Lindsey Simon (@elsighmon) is a front-end developer for Google's User Experience group and project lead for the open source Browserscope.org project. Dude hails from Austin, TX where he toiled at a few startups, taught computing at the Griffin School, and worked as webmaster for the Austin Chronicle. He currently lives in San Francisco, writes acoustic guitar songs, and helps run a foodie website dishola.com.
This entry in the Performance Calendar 2010 series is going to take a slightly liberal interpretation of performance and apply it to task completion and UI design. Remember the JavaScript library speed wars happening a few years ago? For the most part there was a lot of focus on the speed of various implementations of selector matching engines. In early 2009 Peter Higgins published and brought attention to an interesting suite of tests and results he called TaskSpeed which instead tests the performance of groups of common operations; this post is inspired by that distinction.
Around the middle of this year we were working on a redesign for Google Translate and one of the main UI improvements we wanted to make was to the process of language selection. In the UI at the time, it would take a mouse or touchpad user four clicks to choose the correct language pair – one to open the “from” SELECT element, one to choose the correct language, one to open the “to” SELECT element, and one to choose the correct language. We had known for awhile that choosing the correct language name in an HTML SELECT dropdown with 51 languages(and growing!) is frustrating and slow. We had a prototype of a different design for the language picker that we agreed felt faster and better. We wanted more data to be sure.
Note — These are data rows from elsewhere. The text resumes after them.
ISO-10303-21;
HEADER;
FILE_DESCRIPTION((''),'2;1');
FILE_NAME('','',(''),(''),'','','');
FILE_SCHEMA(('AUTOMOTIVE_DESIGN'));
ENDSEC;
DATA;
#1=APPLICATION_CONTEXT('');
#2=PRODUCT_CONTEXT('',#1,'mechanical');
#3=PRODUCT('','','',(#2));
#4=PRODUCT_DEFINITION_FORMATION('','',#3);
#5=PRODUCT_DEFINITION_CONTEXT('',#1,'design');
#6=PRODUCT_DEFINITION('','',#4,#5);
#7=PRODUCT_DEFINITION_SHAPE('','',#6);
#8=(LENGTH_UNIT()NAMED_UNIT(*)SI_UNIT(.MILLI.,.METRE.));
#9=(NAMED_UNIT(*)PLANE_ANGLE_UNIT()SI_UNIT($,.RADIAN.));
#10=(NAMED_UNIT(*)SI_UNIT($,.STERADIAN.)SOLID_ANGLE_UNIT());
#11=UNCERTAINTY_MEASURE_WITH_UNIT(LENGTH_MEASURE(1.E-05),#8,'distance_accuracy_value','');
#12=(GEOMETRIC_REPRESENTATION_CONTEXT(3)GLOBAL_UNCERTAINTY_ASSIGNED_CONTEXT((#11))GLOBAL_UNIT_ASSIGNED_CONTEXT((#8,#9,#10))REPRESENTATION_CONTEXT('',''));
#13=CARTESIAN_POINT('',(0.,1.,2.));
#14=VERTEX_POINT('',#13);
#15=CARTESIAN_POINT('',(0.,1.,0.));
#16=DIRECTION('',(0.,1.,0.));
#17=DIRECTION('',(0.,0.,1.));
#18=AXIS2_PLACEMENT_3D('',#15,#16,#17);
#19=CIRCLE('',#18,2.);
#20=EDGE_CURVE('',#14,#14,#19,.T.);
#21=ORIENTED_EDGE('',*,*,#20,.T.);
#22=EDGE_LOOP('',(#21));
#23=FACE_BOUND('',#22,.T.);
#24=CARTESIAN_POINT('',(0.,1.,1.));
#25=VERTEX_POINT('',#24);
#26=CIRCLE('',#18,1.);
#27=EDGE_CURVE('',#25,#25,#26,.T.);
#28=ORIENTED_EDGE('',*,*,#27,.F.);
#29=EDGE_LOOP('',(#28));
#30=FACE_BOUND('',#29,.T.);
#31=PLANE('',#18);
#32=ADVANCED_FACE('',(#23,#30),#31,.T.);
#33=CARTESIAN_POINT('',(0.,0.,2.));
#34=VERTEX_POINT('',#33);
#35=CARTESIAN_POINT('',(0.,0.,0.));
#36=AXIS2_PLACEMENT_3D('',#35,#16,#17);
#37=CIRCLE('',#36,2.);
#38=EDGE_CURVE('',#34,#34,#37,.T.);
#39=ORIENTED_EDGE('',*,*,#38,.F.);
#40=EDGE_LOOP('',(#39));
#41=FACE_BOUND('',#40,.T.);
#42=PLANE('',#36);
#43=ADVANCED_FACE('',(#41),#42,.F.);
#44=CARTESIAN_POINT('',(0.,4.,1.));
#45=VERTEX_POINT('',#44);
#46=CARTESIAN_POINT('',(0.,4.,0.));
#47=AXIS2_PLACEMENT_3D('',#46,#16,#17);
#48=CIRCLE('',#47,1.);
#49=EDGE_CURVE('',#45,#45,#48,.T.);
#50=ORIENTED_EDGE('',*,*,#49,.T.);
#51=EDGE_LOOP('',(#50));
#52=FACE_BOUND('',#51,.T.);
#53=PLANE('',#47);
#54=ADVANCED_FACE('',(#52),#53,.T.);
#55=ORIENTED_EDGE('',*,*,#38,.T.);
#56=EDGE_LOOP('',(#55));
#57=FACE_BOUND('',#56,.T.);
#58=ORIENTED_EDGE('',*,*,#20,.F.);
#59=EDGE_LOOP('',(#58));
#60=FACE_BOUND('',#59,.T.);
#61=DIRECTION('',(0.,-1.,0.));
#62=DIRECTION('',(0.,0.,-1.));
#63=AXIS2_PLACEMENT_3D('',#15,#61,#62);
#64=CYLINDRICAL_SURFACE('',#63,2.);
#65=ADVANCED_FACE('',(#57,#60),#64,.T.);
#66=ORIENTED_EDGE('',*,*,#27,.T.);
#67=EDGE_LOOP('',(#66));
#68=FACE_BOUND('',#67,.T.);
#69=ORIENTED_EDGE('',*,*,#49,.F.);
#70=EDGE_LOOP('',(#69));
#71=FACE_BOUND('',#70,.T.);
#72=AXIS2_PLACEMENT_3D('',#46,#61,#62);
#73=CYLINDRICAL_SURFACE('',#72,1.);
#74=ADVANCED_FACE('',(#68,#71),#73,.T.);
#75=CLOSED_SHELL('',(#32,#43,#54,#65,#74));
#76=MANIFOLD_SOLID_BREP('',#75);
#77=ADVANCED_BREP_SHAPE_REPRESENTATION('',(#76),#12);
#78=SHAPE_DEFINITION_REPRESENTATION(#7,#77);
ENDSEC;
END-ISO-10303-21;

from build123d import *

# Parameters (mm, degrees)
SKETCH2_R           = 2
BOSS_EXTRUDE1_DEPTH = 1
SKETCH3_R           = 1
BOSS_EXTRUDE3_DEPTH = 3


with BuildPart() as part:
    # Sketch2 → Boss-Extrude1 (new body)
    with BuildSketch(Plane(origin=(0, 0, 0), x_dir=(1, 0, 0), z_dir=(0, 1, 0))):
        Circle(SKETCH2_R)
    extrude(amount=BOSS_EXTRUDE1_DEPTH)

    # Sketch3 → Boss-Extrude3 (add)
    with BuildSketch(Plane(origin=(0, 1, 0), x_dir=(1, 0, 0), z_dir=(0, 1, 0))):
        Circle(SKETCH3_R)
    extrude(amount=BOSS_EXTRUDE3_DEPTH)


solid = part.part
At Google we have robust infrastructure to perform small percentage experiments but integrating a big UI change in the Translate frontend was going to take some time and we wanted a quicker way to gauge the speed of the new language picker. As project lead for Browserscope it occurred to me that we might be able to leverage a new feature we’d released this year for this purpose. Browserscope’s User Test feature provides a simple way, via a JavaScript include, to store data and correlate medians by user agent. So we built out a quick and kinda dirty A/B test, put it up at groupmenuselect.appspot.com and sent out the link to all our friends. The results look like this, grouped by browser.
What did we learn by testing?
The short version – average task completion time using the proposed new language picker(GroupMenuSelect) was faster. The average time for a desktop user to choose a language from the native SELECT was 3.7 seconds while the average time for choosing from the GroupMenuSelect was 2.5 seconds. Sure, this might only shave a couple of seconds out of somebody’s day, but if you use Translate repeatedly and change languages often (like a language learner might do) this would be a notable improvement. Also if you multiply this difference by the total number of language selections.. now you’re getting the idea.
It’s particularly interesting to look at the results for different user agents – most interesting to me was the fact that the difference on Safari was basically negligible. When you look at the screenshots of how different browsers render a native SELECT, it becomes clear that there’s a correlation between the number of visible options (without scrolling) and speed to choose the right one and this fully supports the design motivations of the new picker.
NATIVE SELECT ---------------------- Total: 51 language options Mac: 45 visible at a time Windows: 30 visible at a time Ubuntu: 20 visible at a time Android: 7 visible at a time iPhone: 5 visible at a time, with an extra click needed for "Done"
Here are some screenshots of the native select in different systems
Mac
Windows
Chrome Linux
Android
iPhone
A broad conclusion from analyzing these results might be that once you have around 30 options in a SELECT list (like a language picker), you can likely do the majority of your desktop users a big usability favor by providing an alternative interface.
It’s worth noting too is that we could see from the data that the speed improvement wasn’t necessarily so obvious on mobile devices. The horizontal constraint and small text makes it hard to read all the languages at once, which essentially defeats some of the purpose. In Android the time to complete a language selection using the GroupMenuSelect was sometimes quite a bit higher than the native SELECT (the Android result row is incomplete as it refused to fire mousedown on the native SELECT) but that was due more to missed selections which our timer didn’t account very well for. On the iPhone, the layout, interactions and affordance all worked pretty well for the GroupMenuSelect and so we see a slight timing gain over the native control which requires many scroll events to navigate the list. In the end though, we went with a bitflip in Translate to disable the GroupMenuSelect for mobile devices before launch until we had more definitive results.
With data and edge cases in hand, we embraced the effort to integrate the new language picker in the Google Translate frontend. Since the launch in August, we’ve been able to track the time it takes our users to select a language with more granularity, precision, and less selection bias than we had in our initial experiment – and the results are by and large in line with what we saw there. This story speaks to the value of experimenting and gathering data when it comes to performance, and using those results as a bellwether to dig more deeply and make adjustments.